Il conduttore, quando è stato sentito dai magistrati fiorentini, ha detto di aver visto l’istantanea e di aver riconosciuto l’allora Cavaliere e il generale Delfino, carabiniere morto nel 2014 la cui vicenda si intreccia con i misteri della più recente storia italiana. Erano immortalati insieme accanto a un terzo soggetto, a detta di Baiardo si tratterebbe di Giuseppe Graviano, ma Giletti non l’ha riconosciuto perché l’ex gelataio ha ritirato la foto senza consegnarla.
Le puntate cancellate
Prima della chiusura i servizi di Non è l’Arena si stavano concentrando proprio sui rapporti tra Berlusconi, Dell’Utri e la mafia.

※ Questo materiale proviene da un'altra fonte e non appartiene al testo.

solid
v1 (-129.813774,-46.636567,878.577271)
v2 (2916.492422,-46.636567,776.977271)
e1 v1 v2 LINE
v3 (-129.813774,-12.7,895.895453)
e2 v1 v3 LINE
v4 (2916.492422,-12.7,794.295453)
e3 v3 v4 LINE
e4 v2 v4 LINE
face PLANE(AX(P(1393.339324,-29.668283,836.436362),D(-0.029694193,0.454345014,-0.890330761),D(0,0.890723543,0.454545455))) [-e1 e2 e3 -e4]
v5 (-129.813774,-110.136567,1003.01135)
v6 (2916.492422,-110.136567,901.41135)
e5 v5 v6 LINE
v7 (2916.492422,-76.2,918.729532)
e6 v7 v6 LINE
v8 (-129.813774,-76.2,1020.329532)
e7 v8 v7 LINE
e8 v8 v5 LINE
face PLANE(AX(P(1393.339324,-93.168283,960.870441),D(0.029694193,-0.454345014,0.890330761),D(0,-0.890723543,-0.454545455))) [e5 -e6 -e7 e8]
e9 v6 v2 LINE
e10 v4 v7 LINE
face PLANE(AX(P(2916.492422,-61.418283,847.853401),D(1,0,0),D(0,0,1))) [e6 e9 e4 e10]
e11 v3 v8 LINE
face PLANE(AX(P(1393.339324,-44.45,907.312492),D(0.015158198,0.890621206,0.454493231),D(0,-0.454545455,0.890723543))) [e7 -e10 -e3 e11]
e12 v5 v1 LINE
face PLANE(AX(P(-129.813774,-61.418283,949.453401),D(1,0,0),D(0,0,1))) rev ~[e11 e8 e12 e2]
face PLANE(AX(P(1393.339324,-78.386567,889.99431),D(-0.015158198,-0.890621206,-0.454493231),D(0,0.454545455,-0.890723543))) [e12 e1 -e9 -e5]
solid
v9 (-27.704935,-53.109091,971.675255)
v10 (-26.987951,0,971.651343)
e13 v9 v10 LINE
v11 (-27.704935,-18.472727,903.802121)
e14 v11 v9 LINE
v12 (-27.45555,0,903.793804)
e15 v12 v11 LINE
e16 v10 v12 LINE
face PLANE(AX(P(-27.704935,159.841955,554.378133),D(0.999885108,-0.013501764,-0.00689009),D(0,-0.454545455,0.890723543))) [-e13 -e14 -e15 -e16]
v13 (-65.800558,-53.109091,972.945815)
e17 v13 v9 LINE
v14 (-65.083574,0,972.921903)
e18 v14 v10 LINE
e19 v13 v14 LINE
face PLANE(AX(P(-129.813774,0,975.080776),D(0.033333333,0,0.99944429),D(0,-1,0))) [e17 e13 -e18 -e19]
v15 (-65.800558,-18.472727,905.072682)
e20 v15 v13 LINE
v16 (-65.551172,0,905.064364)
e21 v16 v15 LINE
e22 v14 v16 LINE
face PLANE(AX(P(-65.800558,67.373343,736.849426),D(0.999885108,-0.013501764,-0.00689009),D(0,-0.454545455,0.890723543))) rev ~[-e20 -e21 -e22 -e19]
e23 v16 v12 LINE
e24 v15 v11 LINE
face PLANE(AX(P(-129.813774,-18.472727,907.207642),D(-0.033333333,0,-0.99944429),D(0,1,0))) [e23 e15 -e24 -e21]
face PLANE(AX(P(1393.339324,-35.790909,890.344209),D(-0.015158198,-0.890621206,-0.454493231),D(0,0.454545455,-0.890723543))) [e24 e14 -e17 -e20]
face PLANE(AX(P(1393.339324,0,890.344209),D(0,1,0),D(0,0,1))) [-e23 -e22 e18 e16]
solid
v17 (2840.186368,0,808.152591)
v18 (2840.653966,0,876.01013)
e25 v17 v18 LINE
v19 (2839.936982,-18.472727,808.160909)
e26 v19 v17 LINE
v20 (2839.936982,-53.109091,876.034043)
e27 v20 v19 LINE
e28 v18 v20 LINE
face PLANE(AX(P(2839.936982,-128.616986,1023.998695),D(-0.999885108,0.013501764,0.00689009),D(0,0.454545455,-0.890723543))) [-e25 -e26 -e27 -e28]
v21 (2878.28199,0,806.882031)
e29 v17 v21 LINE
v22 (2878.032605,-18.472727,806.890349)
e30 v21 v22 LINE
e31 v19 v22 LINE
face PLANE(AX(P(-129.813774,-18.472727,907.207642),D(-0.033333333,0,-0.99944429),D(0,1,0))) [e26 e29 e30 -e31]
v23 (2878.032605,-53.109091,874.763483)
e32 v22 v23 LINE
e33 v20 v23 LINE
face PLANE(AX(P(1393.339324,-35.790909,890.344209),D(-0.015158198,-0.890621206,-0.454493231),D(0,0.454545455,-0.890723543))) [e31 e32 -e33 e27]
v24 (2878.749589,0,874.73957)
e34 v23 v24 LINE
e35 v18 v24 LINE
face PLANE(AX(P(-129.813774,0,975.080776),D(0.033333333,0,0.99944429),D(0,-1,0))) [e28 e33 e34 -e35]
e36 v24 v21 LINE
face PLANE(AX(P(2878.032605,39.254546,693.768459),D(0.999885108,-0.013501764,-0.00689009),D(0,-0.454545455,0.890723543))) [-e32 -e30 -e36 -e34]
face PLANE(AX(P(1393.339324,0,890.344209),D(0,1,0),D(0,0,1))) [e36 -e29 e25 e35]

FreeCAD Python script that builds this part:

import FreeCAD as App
import Part
import Sketcher

V = App.Vector
Q = App.Units.Quantity

doc = App.newDocument("Part")
body = doc.addObject("PartDesign::Body", "Body")

# Sketch on YZ plane
sketch1 = doc.addObject("Sketcher::SketchObject", "Sketch")
body.addObject(sketch1)
sketch1.AttachmentSupport = (doc.YZ_Plane, [""])
sketch1.MapMode = "FlatFace"
sketch1.addGeometry(Part.LineSegment(V(-12.7, 891.565921, 0), V(-76.2, 1016, 0)), False)
sketch1.addGeometry(Part.LineSegment(V(-76.2, 1016, 0), V(-110.136567, 998.681818, 0)), False)
sketch1.addGeometry(Part.LineSegment(V(-110.136567, 998.681818, 0), V(-46.636567, 874.247739, 0)), False)
sketch1.addGeometry(Part.LineSegment(V(-46.636567, 874.247739, 0), V(-12.7, 891.565921, 0)), False)
sketch1.addConstraint(Sketcher.Constraint("Coincident", 0, 2, 1, 1))
sketch1.addConstraint(Sketcher.Constraint("Coincident", 1, 2, 2, 1))
sketch1.addConstraint(Sketcher.Constraint("Coincident", 2, 2, 3, 1))
sketch1.addConstraint(Sketcher.Constraint("Coincident", 3, 2, 0, 1))
sketch1.addConstraint(Sketcher.Constraint("Perpendicular", 0, 1))
sketch1.addConstraint(Sketcher.Constraint("Perpendicular", 1, 2))
sketch1.addConstraint(Sketcher.Constraint("Perpendicular", 2, 3))
sketch1.addConstraint(Sketcher.Constraint("DistanceX", 0, 2, -1, 1, Q("3 in")))
sketch1.addConstraint(Sketcher.Constraint("DistanceY", -1, 1, 0, 2, Q("40 in")))
sketch1.addConstraint(Sketcher.Constraint("Distance", 0, Q("5.5 in")))
sketch1.addConstraint(Sketcher.Constraint("Distance", 1, Q("1.5 in")))
sketch1.addConstraint(Sketcher.Constraint("DistanceX", 3, 2, -1, 1, Q("0.5 in")))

Approfondimenti che avevano da tempo provocato l’irritazione di Mediaset e dei suoi vertici, come emerso nelle scorse settimane, quando questo giornale ha pubblicato i passaggi di un’informativa della Dia, la Direzione investigativa antimafia, collegandoli ad alcune dichiarazioni pubbliche.
Nel giugno 2021 Dell’Utri aveva il telefono sotto controllo. In quel periodo, parlando con l’avvocata di Mediaset, Enrica Maria Mascherpa, e con il tesoriere di Forza Italia, Alfredo Messina, discutevano anche di giornalisti e di trasmissioni non gradite. Dell’Utri esprimeva la necessità di costruire una strategia per difendere Berlusconi e le aziende.
L’ex senatore forzista, già condannato in passato per collusione con la mafia a sette anni di carcere, si lamentava della puntata condotta da Giletti sul tema della trattativa stato-mafia, processo dal quale Dell’Utri è stato definitamente assolto.
Tre mesi più tardi l’ex senatore rilasciava al Foglio un’intervista affatto tenera nei confronti di Cairo: «Era un ragazzo sveglio, gli feci fare l’assistente personale di Berlusconi (…) Come può pensare di me le cose che dicono in alcune sue trasmissioni? L’informazione è una cosa. L’accanimento è tutto un altro paio di maniche». Pochi giorni dopo Cairo incontrava Berlusconi e quest’ultimo lo salutava con queste parole: «È un mio amico da moltissimi anni».
Nei giorni scorsi il sito Dagospia ha pubblicato la notizia di un possibile interessamento da parte di Cairo all’acquisto di Mediaset, notizia che è stata seccamente smentita dall’ufficio stampa del Biscione e da La7. Nelle prossime settimane proprio Cairo potrebbe essere sentito come persona informata sui fatti dopo che la procura di Firenze ha già ascoltato Giletti. Sui possibili contatti con Berlusconi rilevati dall’inchiesta di Firenze abbiamo chiesto una replica a Cairo, ma ha preferito non commentare.